Work task -
Show all lines from the material that carry the word "properties".

::::::

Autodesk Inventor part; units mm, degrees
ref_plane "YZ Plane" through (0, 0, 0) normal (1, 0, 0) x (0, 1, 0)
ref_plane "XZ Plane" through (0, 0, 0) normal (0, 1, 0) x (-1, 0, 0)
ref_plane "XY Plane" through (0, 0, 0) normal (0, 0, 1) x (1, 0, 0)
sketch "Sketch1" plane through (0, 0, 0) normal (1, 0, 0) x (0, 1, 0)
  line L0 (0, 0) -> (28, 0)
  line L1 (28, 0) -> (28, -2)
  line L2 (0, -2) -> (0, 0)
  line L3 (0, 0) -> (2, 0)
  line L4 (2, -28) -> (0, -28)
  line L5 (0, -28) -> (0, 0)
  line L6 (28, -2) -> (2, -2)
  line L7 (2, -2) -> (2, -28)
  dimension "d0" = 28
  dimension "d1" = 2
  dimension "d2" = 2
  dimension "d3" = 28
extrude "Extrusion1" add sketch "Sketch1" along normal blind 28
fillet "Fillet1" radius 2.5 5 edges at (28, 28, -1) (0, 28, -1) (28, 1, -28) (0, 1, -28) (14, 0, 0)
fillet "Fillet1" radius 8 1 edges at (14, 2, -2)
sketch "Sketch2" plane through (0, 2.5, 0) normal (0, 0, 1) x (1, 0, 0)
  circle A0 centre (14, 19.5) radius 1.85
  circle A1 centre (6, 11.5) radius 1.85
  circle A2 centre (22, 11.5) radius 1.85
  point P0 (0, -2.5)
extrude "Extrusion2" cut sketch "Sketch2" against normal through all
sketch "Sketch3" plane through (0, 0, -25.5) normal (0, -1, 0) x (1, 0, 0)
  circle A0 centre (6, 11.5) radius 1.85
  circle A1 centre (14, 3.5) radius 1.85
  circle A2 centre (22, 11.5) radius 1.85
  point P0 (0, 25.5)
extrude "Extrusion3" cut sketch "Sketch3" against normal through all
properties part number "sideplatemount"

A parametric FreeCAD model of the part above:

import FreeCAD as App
import Part
import Sketcher


def edges_at(feature, points):
    """Names of the edges that pass closest to the given points."""
    edges = feature.Shape.Edges
    near = lambda p: min(range(len(edges)), key=lambda i: edges[i].distToShape(Part.Vertex(*p))[0])
    return sorted({f"Edge{near(p) + 1}" for p in points})


def add_polygon(sketch, points):
    """Adds a closed chain of lines whose ends are joined by coincident constraints."""
    first, n = sketch.GeometryCount, len(points)
    for a, b in zip(points, points[1:] + points[:1]):
        sketch.addGeometry(Part.LineSegment(App.Vector(*a, 0), App.Vector(*b, 0)), False)
    for i in range(n):
        sketch.addConstraint(Sketcher.Constraint("Coincident", first + i, 2, first + (i + 1) % n, 1))

doc = App.newDocument("Part")
body = doc.addObject("PartDesign::Body", "Body")

# Sketch on YZ plane
sketch1 = body.newObject("Sketcher::SketchObject", "Sketch")
sketch1.AttachmentSupport = (doc.getObject("YZ_Plane"), [""])
sketch1.MapMode = "FlatFace"
add_polygon(sketch1, [(28, 0), (0, 0), (0, -28), (2, -28), (2, -2), (28, -2)])  # lines 0-5
sketch1.addConstraint([
    Sketcher.Constraint("Horizontal", 0),
    Sketcher.Constraint("Vertical", 1),
    Sketcher.Constraint("Horizontal", 2),
    Sketcher.Constraint("Vertical", 3),
    Sketcher.Constraint("Horizontal", 4),
    Sketcher.Constraint("Vertical", 5),
    Sketcher.Constraint("Coincident", 0, 2, -1, 1),
    Sketcher.Constraint("Equal", 0, 1),
    Sketcher.Constraint("Equal", 4, 3),
    Sketcher.Constraint("DistanceX", 0, 2, 0, 1, 28.0),
    Sketcher.Constraint("DistanceX", 2, 1, 2, 2, 2.0),
])
pad1 = body.newObject("PartDesign::Pad", "Pad")
pad1.Profile = sketch1
pad1.Length = 28
doc.recompute()

fillet = body.newObject("PartDesign::Fillet", "Fillet")
fillet.Base = (pad1, edges_at(pad1, [
    (28, 28, -1),
    (0, 28, -1),
    (28, 1, -28),
    (0, 1, -28),
    (14, 0, 0),
]))
fillet.Radius = 2.5
doc.recompute()

fillet2 = body.newObject("PartDesign::Fillet", "Fillet001")
fillet2.Base = (fillet, edges_at(fillet, [(14, 2, -2)]))
fillet2.Radius = 8

# Sketch on XY plane
sketch2 = body.newObject("Sketcher::SketchObject", "Sketch001")
sketch2.AttachmentSupport = (doc.getObject("XY_Plane"), [""])
sketch2.MapMode = "FlatFace"
sketch2.addGeometry([
    Part.Circle(App.Vector(14, 22, 0), App.Vector(0, 0, 1), 1.9),
    Part.Circle(App.Vector(6, 14, 0), App.Vector(0, 0, 1), 1.9),
    Part.Circle(App.Vector(22, 14, 0), App.Vector(0, 0, 1), 1.9),
], False)
sketch2.addConstraint([
    Sketcher.Constraint("Equal", 0, 1),
    Sketcher.Constraint("Equal", 1, 2),
    Sketcher.Constraint("Horizontal", 1, 3, 2, 3),
    Sketcher.Constraint("Diameter", 0, 3.7),
    Sketcher.Constraint("DistanceX", -1, 1, 0, 3, 14.0),
    Sketcher.Constraint("DistanceY", -1, 1, 0, 3, 22.0),
    Sketcher.Constraint("DistanceX", -1, 1, 1, 3, 6.0),
    Sketcher.Constraint("DistanceY", -1, 1, 1, 3, 14.0),
    Sketcher.Constraint("DistanceX", -1, 1, 2, 3, 22.0),
])
pocket1 = body.newObject("PartDesign::Pocket", "Pocket")
pocket1.Profile = sketch2
pocket1.Type = "ThroughAll"

# Sketch on XZ plane
sketch3 = body.newObject("Sketcher::SketchObject", "Sketch002")
sketch3.AttachmentSupport = (doc.getObject("XZ_Plane"), [""])
sketch3.MapMode = "FlatFace"
sketch3.addGeometry([
    Part.Circle(App.Vector(6, -14, 0), App.Vector(0, 0, 1), 1.9),
    Part.Circle(App.Vector(14, -22, 0), App.Vector(0, 0, 1), 1.9),
    Part.Circle(App.Vector(22, -14, 0), App.Vector(0, 0, 1), 1.9),
], False)
sketch3.addConstraint([
    Sketcher.Constraint("Equal", 0, 1),
    Sketcher.Constraint("Equal", 1, 2),
    Sketcher.Constraint("Horizontal", 0, 3, 2, 3),
    Sketcher.Constraint("Diameter", 0, 3.7),
    Sketcher.Constraint("DistanceX", -1, 1, 0, 3, 6.0),
    Sketcher.Constraint("DistanceY", 0, 3, -1, 1, 14.0),
    Sketcher.Constraint("DistanceX", -1, 1, 1, 3, 14.0),
    Sketcher.Constraint("DistanceY", 1, 3, -1, 1, 22.0),
    Sketcher.Constraint("DistanceX", -1, 1, 2, 3, 22.0),
])
pocket2 = body.newObject("PartDesign::Pocket", "Pocket001")
pocket2.Profile = sketch3
pocket2.Type = "ThroughAll"

doc.recompute()
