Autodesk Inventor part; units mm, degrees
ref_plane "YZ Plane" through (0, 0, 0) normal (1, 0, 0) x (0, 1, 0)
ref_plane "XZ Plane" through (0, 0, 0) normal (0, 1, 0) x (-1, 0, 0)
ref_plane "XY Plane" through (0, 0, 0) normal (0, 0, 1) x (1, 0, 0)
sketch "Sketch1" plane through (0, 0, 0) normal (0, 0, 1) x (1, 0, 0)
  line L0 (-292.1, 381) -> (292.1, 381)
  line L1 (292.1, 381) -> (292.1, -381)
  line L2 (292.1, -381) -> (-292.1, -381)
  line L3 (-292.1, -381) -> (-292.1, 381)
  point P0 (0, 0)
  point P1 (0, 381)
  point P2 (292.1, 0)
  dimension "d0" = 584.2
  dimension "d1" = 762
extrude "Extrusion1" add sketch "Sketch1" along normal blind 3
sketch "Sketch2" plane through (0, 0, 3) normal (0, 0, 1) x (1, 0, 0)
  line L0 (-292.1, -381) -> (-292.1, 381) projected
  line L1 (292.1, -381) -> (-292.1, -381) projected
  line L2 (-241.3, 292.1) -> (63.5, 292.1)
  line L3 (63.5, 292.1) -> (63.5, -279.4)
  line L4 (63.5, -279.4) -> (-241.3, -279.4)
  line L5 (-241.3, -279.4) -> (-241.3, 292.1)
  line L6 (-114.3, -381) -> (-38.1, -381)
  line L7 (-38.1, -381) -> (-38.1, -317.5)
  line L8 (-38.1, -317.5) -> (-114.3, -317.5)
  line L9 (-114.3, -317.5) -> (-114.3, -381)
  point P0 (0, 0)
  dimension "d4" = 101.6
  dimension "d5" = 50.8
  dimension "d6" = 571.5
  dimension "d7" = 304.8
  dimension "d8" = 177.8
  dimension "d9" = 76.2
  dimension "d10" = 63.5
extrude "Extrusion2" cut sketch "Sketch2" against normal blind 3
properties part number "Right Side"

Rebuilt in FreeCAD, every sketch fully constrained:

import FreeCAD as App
import Part
import Sketcher

V = App.Vector
Q = App.Units.Quantity


def add_polygon(sketch, points):
    """Adds a closed chain of lines whose ends are joined by coincident constraints."""
    first, n = sketch.GeometryCount, len(points)
    for a, b in zip(points, points[1:] + points[:1]):
        sketch.addGeometry(Part.LineSegment(App.Vector(*a, 0), App.Vector(*b, 0)), False)
    for i in range(n):
        sketch.addConstraint(Sketcher.Constraint("Coincident", first + i, 2, first + (i + 1) % n, 1))

doc = App.newDocument("Part")
body = doc.addObject("PartDesign::Body", "Body")

sketch1 = doc.addObject("Sketcher::SketchObject", "Sketch")
body.addObject(sketch1)
sketch1.AttachmentSupport = (doc.XY_Plane, [""])
sketch1.MapMode = "FlatFace"
add_polygon(sketch1, [(292, 381), (-292, 381), (-292, -381), (292, -381)])
sketch1.addConstraint(Sketcher.Constraint("Horizontal", 0))
sketch1.addConstraint(Sketcher.Constraint("Vertical", 1))
sketch1.addConstraint(Sketcher.Constraint("Horizontal", 2))
sketch1.addConstraint(Sketcher.Constraint("Vertical", 3))
sketch1.addConstraint(Sketcher.Constraint("Symmetric", 0, 2, 2, 2, -1, 1))
sketch1.addConstraint(Sketcher.Constraint("DistanceX", 0, 2, 0, 1, Q("23 in")))
sketch1.addConstraint(Sketcher.Constraint("DistanceY", 1, 2, 1, 1, Q("30 in")))
pad1 = doc.addObject("PartDesign::Pad", "Pad")
body.addObject(pad1)
pad1.Profile = sketch1
pad1.Length = Q("0.1181102 in")

sketch2 = doc.addObject("Sketcher::SketchObject", "Sketch001")
body.addObject(sketch2)
sketch2.AttachmentSupport = (doc.XY_Plane, [""])
sketch2.MapMode = "FlatFace"
sketch2.AttachmentOffset = App.Placement(V(0, 0, 0.1181102 * 25.4), App.Rotation())
add_polygon(sketch2, [(-114, -381), (-38, -381), (-38, -318), (-114, -318)])
add_polygon(sketch2, [(64, 292), (-241, 292), (-241, -279), (64, -279)])
sketch2.addConstraint(Sketcher.Constraint("Horizontal", 0))
sketch2.addConstraint(Sketcher.Constraint("Vertical", 1))
sketch2.addConstraint(Sketcher.Constraint("Horizontal", 2))
sketch2.addConstraint(Sketcher.Constraint("Vertical", 3))
sketch2.addConstraint(Sketcher.Constraint("Horizontal", 4))
sketch2.addConstraint(Sketcher.Constraint("Vertical", 5))
sketch2.addConstraint(Sketcher.Constraint("Horizontal", 6))
sketch2.addConstraint(Sketcher.Constraint("Vertical", 7))
sketch2.addConstraint(Sketcher.Constraint("DistanceX", 0, 1, 0, 2, Q("3 in")))
sketch2.addConstraint(Sketcher.Constraint("DistanceX", 4, 2, 4, 1, Q("12 in")))
sketch2.addConstraint(Sketcher.Constraint("DistanceY", 1, 1, 1, 2, Q("2.5 in")))
sketch2.addConstraint(Sketcher.Constraint("DistanceY", 5, 2, 5, 1, Q("22.5 in")))
sketch2.addConstraint(Sketcher.Constraint("DistanceY", 3, 2, 5, 2, Q("4 in")))
sketch2.addConstraint(Sketcher.Constraint("DistanceX", 1, 2, 6, 2, Q("4 in")))
sketch2.addConstraint(Sketcher.Constraint("DistanceX", -1, 1, 6, 2, Q("2.5 in")))
sketch2.addConstraint(Sketcher.Constraint("DistanceY", 0, 2, -1, 1, Q("15 in")))
pocket1 = doc.addObject("PartDesign::Pocket", "Pocket")
body.addObject(pocket1)
pocket1.Profile = sketch2
pocket1.Length = Q("0.1181102 in")

doc.recompute()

::::::

Answer box -
properties part number "sideplatemount"
properties part number "Right Side"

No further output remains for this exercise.